Jockeystreet wrote of a co-worker who has Down's Syndome:
I like Steve. A lot. He's a good guy. And I don't say that in a paternalistic "isn't he sweet and cute and retarded" sort of way. I like Steve. Steve is a good guy.
Steve thinks my name is Mike.
My name's not Mike. My name is Jim.
Steve doesn't accidentally call me Mike. It's not a slip of the tongue, something that he forgets and then quickly corrects. And he doesn't confuse me with a guy named Mike. He just thinks my name is Mike. It doesn't matter how many times I remind him that my name is, in fact, Jim. He might remember for a minute or two minutes after I've reminded him, after he's said it back to me a couple of times. Next time he sees me, though, he's going to call me Mike again. I don't know why. And I don't particularly mind. I like Steve. Steve likes me. He's just not so good at remembering the name (actually, correct that; he remembers fine; he always calls me Mike, not Joe or Bob or Andy or Greg; he just remembers the wrong name).
It has never occured to me to poke Steve in the eye for calling me Mike. It has never occured to me to turn my back on him, walk away, and never speak with him again. It hasn't really occured to me to take it personally. There are a lot of things that I just don't get, but I very much get the fact that Steve and I are on different levels, that Steve is doing his best, that Steve likes being around me, and that there's no reason for me to feel insecure or slighted over the name thing.

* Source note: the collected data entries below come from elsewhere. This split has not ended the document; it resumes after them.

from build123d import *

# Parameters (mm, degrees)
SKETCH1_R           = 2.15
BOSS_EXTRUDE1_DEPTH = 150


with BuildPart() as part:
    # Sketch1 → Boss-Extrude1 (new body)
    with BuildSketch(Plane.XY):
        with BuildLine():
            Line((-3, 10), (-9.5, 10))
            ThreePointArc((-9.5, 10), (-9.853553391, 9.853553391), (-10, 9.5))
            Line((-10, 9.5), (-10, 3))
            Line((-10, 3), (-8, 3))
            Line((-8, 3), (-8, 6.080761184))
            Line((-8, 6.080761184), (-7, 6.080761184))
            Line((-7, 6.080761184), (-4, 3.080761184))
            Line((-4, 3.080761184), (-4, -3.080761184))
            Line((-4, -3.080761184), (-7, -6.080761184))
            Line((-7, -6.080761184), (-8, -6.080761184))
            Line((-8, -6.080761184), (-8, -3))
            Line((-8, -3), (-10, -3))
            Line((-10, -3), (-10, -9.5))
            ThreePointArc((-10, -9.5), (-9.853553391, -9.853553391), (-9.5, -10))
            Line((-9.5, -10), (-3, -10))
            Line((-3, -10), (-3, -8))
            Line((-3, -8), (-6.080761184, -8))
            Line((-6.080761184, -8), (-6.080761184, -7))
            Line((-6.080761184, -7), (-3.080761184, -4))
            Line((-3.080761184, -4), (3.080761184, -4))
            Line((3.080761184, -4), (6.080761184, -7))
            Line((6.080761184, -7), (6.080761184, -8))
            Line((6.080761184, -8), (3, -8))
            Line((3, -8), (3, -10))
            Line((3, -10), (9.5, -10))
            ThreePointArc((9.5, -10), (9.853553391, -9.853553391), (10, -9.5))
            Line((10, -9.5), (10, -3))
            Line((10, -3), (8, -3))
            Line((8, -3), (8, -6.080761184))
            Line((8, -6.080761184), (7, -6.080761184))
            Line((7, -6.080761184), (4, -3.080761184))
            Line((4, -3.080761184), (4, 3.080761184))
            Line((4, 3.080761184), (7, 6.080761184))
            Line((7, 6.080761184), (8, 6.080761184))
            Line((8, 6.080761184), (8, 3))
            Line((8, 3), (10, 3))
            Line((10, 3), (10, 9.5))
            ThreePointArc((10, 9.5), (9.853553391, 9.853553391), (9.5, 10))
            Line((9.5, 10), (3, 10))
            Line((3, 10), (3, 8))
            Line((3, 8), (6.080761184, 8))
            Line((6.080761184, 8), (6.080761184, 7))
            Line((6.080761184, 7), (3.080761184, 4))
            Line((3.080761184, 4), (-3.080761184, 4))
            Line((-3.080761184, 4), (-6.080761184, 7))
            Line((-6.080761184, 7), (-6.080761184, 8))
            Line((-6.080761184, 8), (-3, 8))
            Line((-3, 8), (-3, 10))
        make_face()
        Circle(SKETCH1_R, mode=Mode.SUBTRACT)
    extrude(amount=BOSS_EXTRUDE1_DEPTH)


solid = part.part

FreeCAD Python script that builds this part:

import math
import FreeCAD as App
import Part
import Sketcher

doc = App.newDocument("Part")
body = doc.addObject("PartDesign::Body", "Body")

# Sketch on XY plane
sketch1 = body.newObject("Sketcher::SketchObject", "Sketch")
sketch1.AttachmentSupport = (doc.getObject("XY_Plane"), [""])
sketch1.MapMode = "FlatFace"
sketch1.addGeometry([
    Part.LineSegment(App.Vector(-3, 10, 0), App.Vector(-9.5, 10, 0)),  # 0
    Part.ArcOfCircle(Part.Circle(App.Vector(-9.5, 9.5, 0), App.Vector(0, 0, 1), 0.5), math.radians(90), math.radians(180)),  # 1
    Part.LineSegment(App.Vector(-10, 9.5, 0), App.Vector(-10, 3, 0)),  # 2
    Part.LineSegment(App.Vector(-10, 3, 0), App.Vector(-8, 3, 0)),  # 3
    Part.LineSegment(App.Vector(-8, 3, 0), App.Vector(-8, 6.08, 0)),  # 4
    Part.LineSegment(App.Vector(-8, 6.08, 0), App.Vector(-7, 6.08, 0)),  # 5
    Part.LineSegment(App.Vector(-7, 6.08, 0), App.Vector(-4, 3.08, 0)),  # 6
    Part.LineSegment(App.Vector(-4, 3.08, 0), App.Vector(-4, -3.08, 0)),  # 7
    Part.LineSegment(App.Vector(-4, -3.08, 0), App.Vector(-7, -6.08, 0)),  # 8
    Part.LineSegment(App.Vector(-7, -6.08, 0), App.Vector(-8, -6.08, 0)),  # 9
    Part.LineSegment(App.Vector(-8, -6.08, 0), App.Vector(-8, -3, 0)),  # 10
    Part.LineSegment(App.Vector(-8, -3, 0), App.Vector(-10, -3, 0)),  # 11
    Part.LineSegment(App.Vector(-10, -3, 0), App.Vector(-10, -9.5, 0)),  # 12
    Part.ArcOfCircle(Part.Circle(App.Vector(-9.5, -9.5, 0), App.Vector(0, 0, 1), 0.5), math.radians(180), math.radians(270)),  # 13
    Part.LineSegment(App.Vector(-9.5, -10, 0), App.Vector(-3, -10, 0)),  # 14
    Part.LineSegment(App.Vector(-3, -10, 0), App.Vector(-3, -8, 0)),  # 15
    Part.LineSegment(App.Vector(-3, -8, 0), App.Vector(-6.08, -8, 0)),  # 16
    Part.LineSegment(App.Vector(-6.08, -8, 0), App.Vector(-6.08, -7, 0)),  # 17
    Part.LineSegment(App.Vector(-6.08, -7, 0), App.Vector(-3.08, -4, 0)),  # 18
    Part.LineSegment(App.Vector(-3.08, -4, 0), App.Vector(3.08, -4, 0)),  # 19
    Part.LineSegment(App.Vector(3.08, -4, 0), App.Vector(6.08, -7, 0)),  # 20
    Part.LineSegment(App.Vector(6.08, -7, 0), App.Vector(6.08, -8, 0)),  # 21
    Part.LineSegment(App.Vector(6.08, -8, 0), App.Vector(3, -8, 0)),  # 22
    Part.LineSegment(App.Vector(3, -8, 0), App.Vector(3, -10, 0)),  # 23
    Part.LineSegment(App.Vector(3, -10, 0), App.Vector(9.5, -10, 0)),  # 24
    Part.ArcOfCircle(Part.Circle(App.Vector(9.5, -9.5, 0), App.Vector(0, 0, 1), 0.5), math.radians(-90), math.radians(0)),  # 25
    Part.LineSegment(App.Vector(10, -9.5, 0), App.Vector(10, -3, 0)),  # 26
    Part.LineSegment(App.Vector(10, -3, 0), App.Vector(8, -3, 0)),  # 27
    Part.LineSegment(App.Vector(8, -3, 0), App.Vector(8, -6.08, 0)),  # 28
    Part.LineSegment(App.Vector(8, -6.08, 0), App.Vector(7, -6.08, 0)),  # 29
    Part.LineSegment(App.Vector(7, -6.08, 0), App.Vector(4, -3.08, 0)),  # 30
    Part.LineSegment(App.Vector(4, -3.08, 0), App.Vector(4, 3.08, 0)),  # 31
    Part.LineSegment(App.Vector(4, 3.08, 0), App.Vector(7, 6.08, 0)),  # 32
    Part.LineSegment(App.Vector(7, 6.08, 0), App.Vector(8, 6.08, 0)),  # 33
    Part.LineSegment(App.Vector(8, 6.08, 0), App.Vector(8, 3, 0)),  # 34
    Part.LineSegment(App.Vector(8, 3, 0), App.Vector(10, 3, 0)),  # 35
    Part.LineSegment(App.Vector(10, 3, 0), App.Vector(10, 9.5, 0)),  # 36
    Part.ArcOfCircle(Part.Circle(App.Vector(9.5, 9.5, 0), App.Vector(0, 0, 1), 0.5), math.radians(0), math.radians(90)),  # 37
    Part.LineSegment(App.Vector(9.5, 10, 0), App.Vector(3, 10, 0)),  # 38
    Part.LineSegment(App.Vector(3, 10, 0), App.Vector(3, 8, 0)),  # 39
    Part.LineSegment(App.Vector(3, 8, 0), App.Vector(6.08, 8, 0)),  # 40
    Part.LineSegment(App.Vector(6.08, 8, 0), App.Vector(6.08, 7, 0)),  # 41
    Part.LineSegment(App.Vector(6.08, 7, 0), App.Vector(3.08, 4, 0)),  # 42
    Part.LineSegment(App.Vector(3.08, 4, 0), App.Vector(-3.08, 4, 0)),  # 43
    Part.LineSegment(App.Vector(-3.08, 4, 0), App.Vector(-6.08, 7, 0)),  # 44
    Part.LineSegment(App.Vector(-6.08, 7, 0), App.Vector(-6.08, 8, 0)),  # 45
    Part.LineSegment(App.Vector(-6.08, 8, 0), App.Vector(-3, 8, 0)),  # 46
    Part.LineSegment(App.Vector(-3, 8, 0), App.Vector(-3, 10, 0)),  # 47
    Part.Circle(App.Vector(0, 0, 0), App.Vector(0, 0, 1), 2.15),  # 48
], False)
sketch1.addConstraint([
    Sketcher.Constraint("Tangent", 0, 2, 1, 1),
    Sketcher.Constraint("Tangent", 1, 2, 2, 1),
    Sketcher.Constraint("Coincident", 2, 2, 3, 1),
    Sketcher.Constraint("Coincident", 3, 2, 4, 1),
    Sketcher.Constraint("Coincident", 4, 2, 5, 1),
    Sketcher.Constraint("Coincident", 5, 2, 6, 1),
    Sketcher.Constraint("Coincident", 6, 2, 7, 1),
    Sketcher.Constraint("Coincident", 7, 2, 8, 1),
    Sketcher.Constraint("Coincident", 8, 2, 9, 1),
    Sketcher.Constraint("Coincident", 9, 2, 10, 1),
    Sketcher.Constraint("Coincident", 10, 2, 11, 1),
    Sketcher.Constraint("Coincident", 11, 2, 12, 1),
    Sketcher.Constraint("Tangent", 12, 2, 13, 1),
    Sketcher.Constraint("Tangent", 13, 2, 14, 1),
    Sketcher.Constraint("Coincident", 14, 2, 15, 1),
    Sketcher.Constraint("Coincident", 15, 2, 16, 1),
    Sketcher.Constraint("Coincident", 16, 2, 17, 1),
    Sketcher.Constraint("Coincident", 17, 2, 18, 1),
    Sketcher.Constraint("Coincident", 18, 2, 19, 1),
    Sketcher.Constraint("Coincident", 19, 2, 20, 1),
    Sketcher.Constraint("Coincident", 20, 2, 21, 1),
    Sketcher.Constraint("Coincident", 21, 2, 22, 1),
    Sketcher.Constraint("Coincident", 22, 2, 23, 1),
    Sketcher.Constraint("Coincident", 23, 2, 24, 1),
    Sketcher.Constraint("Tangent", 24, 2, 25, 1),
    Sketcher.Constraint("Tangent", 25, 2, 26, 1),
    Sketcher.Constraint("Coincident", 26, 2, 27, 1),
    Sketcher.Constraint("Coincident", 27, 2, 28, 1),
    Sketcher.Constraint("Coincident", 28, 2, 29, 1),
    Sketcher.Constraint("Coincident", 29, 2, 30, 1),
    Sketcher.Constraint("Coincident", 30, 2, 31, 1),
    Sketcher.Constraint("Coincident", 31, 2, 32, 1),
    Sketcher.Constraint("Coincident", 32, 2, 33, 1),
    Sketcher.Constraint("Coincident", 33, 2, 34, 1),
    Sketcher.Constraint("Coincident", 34, 2, 35, 1),
    Sketcher.Constraint("Coincident", 35, 2, 36, 1),
    Sketcher.Constraint("Tangent", 36, 2, 37, 1),
    Sketcher.Constraint("Tangent", 37, 2, 38, 1),
    Sketcher.Constraint("Coincident", 38, 2, 39, 1),
    Sketcher.Constraint("Coincident", 39, 2, 40, 1),
    Sketcher.Constraint("Coincident", 40, 2, 41, 1),
    Sketcher.Constraint("Coincident", 41, 2, 42, 1),
    Sketcher.Constraint("Coincident", 42, 2, 43, 1),
    Sketcher.Constraint("Coincident", 43, 2, 44, 1),
    Sketcher.Constraint("Coincident", 44, 2, 45, 1),
    Sketcher.Constraint("Coincident", 45, 2, 46, 1),
    Sketcher.Constraint("Coincident", 46, 2, 47, 1),
    Sketcher.Constraint("Coincident", 47, 2, 0, 1),
    Sketcher.Constraint("Horizontal", 0),
    Sketcher.Constraint("Vertical", 2),
    Sketcher.Constraint("Horizontal", 3),
    Sketcher.Constraint("Vertical", 4),
    Sketcher.Constraint("Horizontal", 5),
    Sketcher.Constraint("Vertical", 7),
    Sketcher.Constraint("Horizontal", 9),
    Sketcher.Constraint("Vertical", 10),
    Sketcher.Constraint("Horizontal", 11),
    Sketcher.Constraint("Vertical", 12),
    Sketcher.Constraint("Horizontal", 14),
    Sketcher.Constraint("Vertical", 15),
    Sketcher.Constraint("Horizontal", 16),
    Sketcher.Constraint("Vertical", 17),
    Sketcher.Constraint("Horizontal", 19),
    Sketcher.Constraint("Vertical", 21),
    Sketcher.Constraint("Horizontal", 22),
    Sketcher.Constraint("Vertical", 23),
    Sketcher.Constraint("Horizontal", 24),
    Sketcher.Constraint("Vertical", 26),
    Sketcher.Constraint("Horizontal", 27),
    Sketcher.Constraint("Vertical", 28),
    Sketcher.Constraint("Horizontal", 29),
    Sketcher.Constraint("Vertical", 31),
    Sketcher.Constraint("Horizontal", 33),
    Sketcher.Constraint("Vertical", 34),
    Sketcher.Constraint("Horizontal", 35),
    Sketcher.Constraint("Vertical", 36),
    Sketcher.Constraint("Horizontal", 38),
    Sketcher.Constraint("Vertical", 39),
    Sketcher.Constraint("Horizontal", 40),
    Sketcher.Constraint("Vertical", 41),
    Sketcher.Constraint("Horizontal", 43),
    Sketcher.Constraint("Vertical", 45),
    Sketcher.Constraint("Horizontal", 46),
    Sketcher.Constraint("Vertical", 47),
    Sketcher.Constraint("Coincident", 48, 3, -1, 1),
    Sketcher.Constraint("Equal", 1, 13),
    Sketcher.Constraint("Equal", 13, 25),
    Sketcher.Constraint("Equal", 25, 37),
    Sketcher.Constraint("Symmetric", 1, 3, 25, 3, -1, 1),
    Sketcher.Constraint("Symmetric", 13, 3, 37, 3, -1, 1),
    Sketcher.Constraint("Symmetric", 3, 2, 27, 2, -1, 1),
    Sketcher.Constraint("Symmetric", 5, 2, 29, 2, -1, 1),
    Sketcher.Constraint("Symmetric", 6, 2, 30, 2, -1, 1),
    Sketcher.Constraint("Symmetric", 8, 2, 32, 2, -1, 1),
    Sketcher.Constraint("Symmetric", 10, 2, 34, 2, -1, 1),
    Sketcher.Constraint("Symmetric", 15, 2, 39, 2, -1, 1),
    Sketcher.Constraint("Symmetric", 17, 2, 41, 2, -1, 1),
    Sketcher.Constraint("Symmetric", 18, 2, 42, 2, -1, 1),
    Sketcher.Constraint("Symmetric", 20, 2, 44, 2, -1, 1),
    Sketcher.Constraint("Symmetric", 22, 2, 46, 2, -1, 1),
    Sketcher.Constraint("Symmetric", 13, 3, 25, 3, -2),
    Sketcher.Constraint("Symmetric", 17, 2, 20, 2, -2),
    Sketcher.Constraint("Symmetric", 15, 2, 22, 2, -2),
    Sketcher.Constraint("Symmetric", 10, 2, 27, 2, -2),
    Sketcher.Constraint("Symmetric", 8, 2, 29, 2, -2),
    Sketcher.Constraint("Perpendicular", 6, 8),
    Sketcher.Constraint("Parallel", 8, 18),
    Sketcher.Constraint("Perpendicular", 18, 20),
    Sketcher.Constraint("Perpendicular", 30, 32),
    Sketcher.Constraint("Perpendicular", 42, 44),
    Sketcher.Constraint("Horizontal", 7, 2, 30, 2),
    Sketcher.Constraint("Equal", 38, 2),
    Sketcher.Constraint("Equal", 46, 4),
    Sketcher.Constraint("Equal", 43, 7),
    Sketcher.Constraint("Equal", 35, 15),
    Sketcher.Constraint("Equal", 33, 17),
    Sketcher.Constraint("Equal", 8, 18),
    Sketcher.Constraint("Diameter", 48, 4.3),
    Sketcher.Constraint("Radius", 1, 0.5),
    Sketcher.Constraint("DistanceX", 3, 1, 3, 2, 2.0),
    Sketcher.Constraint("DistanceX", 5, 1, 5, 2, 1.0),
    Sketcher.Constraint("DistanceX", 0, 2, 0, 1, 6.5),
    Sketcher.Constraint("DistanceY", -1, 1, 0, 2, 10.0),
    Sketcher.Constraint("DistanceX", 6, 2, -1, 1, 4.0),
    Sketcher.Constraint("DistanceX", 16, 2, 16, 1, 3.080761),
])
pad1 = body.newObject("PartDesign::Pad", "Pad")
pad1.Profile = sketch1
pad1.Length = 150

doc.recompute()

Read it all, for Jockeystreet is a good storyteller and wordsmith. He then compared his unconcern with Steve's mistake with doctrinal generosity, or the lack thereof:
Why is it that we want to attribute to God an ego so fragile that it can't tolerate well-meaning believers getting a few facts wrong? Why is it that we believe that God's self-worth is so conditional that mixing up some of the biographical information is a sure way to earn his wrath?
Why, when it comes to God, do so many people want to convince me that what matters isn't the desire you have to grow closer, isn't the effort you make to conform to his will, isn't the openness you have to faith and love, isn't the compassion you feel for his people, but is, rather, your ability to call him by the proper name, your assent to certain historical details as fact and others as fiction.
We are not saved by orthodox beliefs. We are saved by a God who searches our hearts. As John Wesley said:
I say of the heart. For neither does religion consist in Orthodoxy, or right opinions; which, although they are not properly outward things, are not in the heart, but the understanding. A man may be orthodox in every point; he may not only espouse right opinions, but zealously defend them against all opposers; he may think justly concerning the incarnation of our Lord, concerning the ever-blessed Trinity, and every other doctrine contained in the oracles of God; he may assent to all the three creeds, -- that called the Apostles', the Nicene, and the Athanasian; and yet it is possible he may have no religion at all, no more than a Jew, Turk, or pagan. He may be almost as orthodox -- as the devil, (though, indeed, not altogether; for every man errs in something; whereas we can't well conceive him to hold any erroneous opinion,) and may, all the while be as great a stranger as he to the religion of the heart.
Within certain boundaries, I agree that the 'right opinions' don't matter. If Steve calls Jim 'Mike', Jim still knows who he's talking to. If Steve calls a flowerpot 'Mike' and talks with it, then there are problems. One's understanding of God can be sufficiently wrong that one is talking to a creature other than God.
The hard part is determining those boundaries.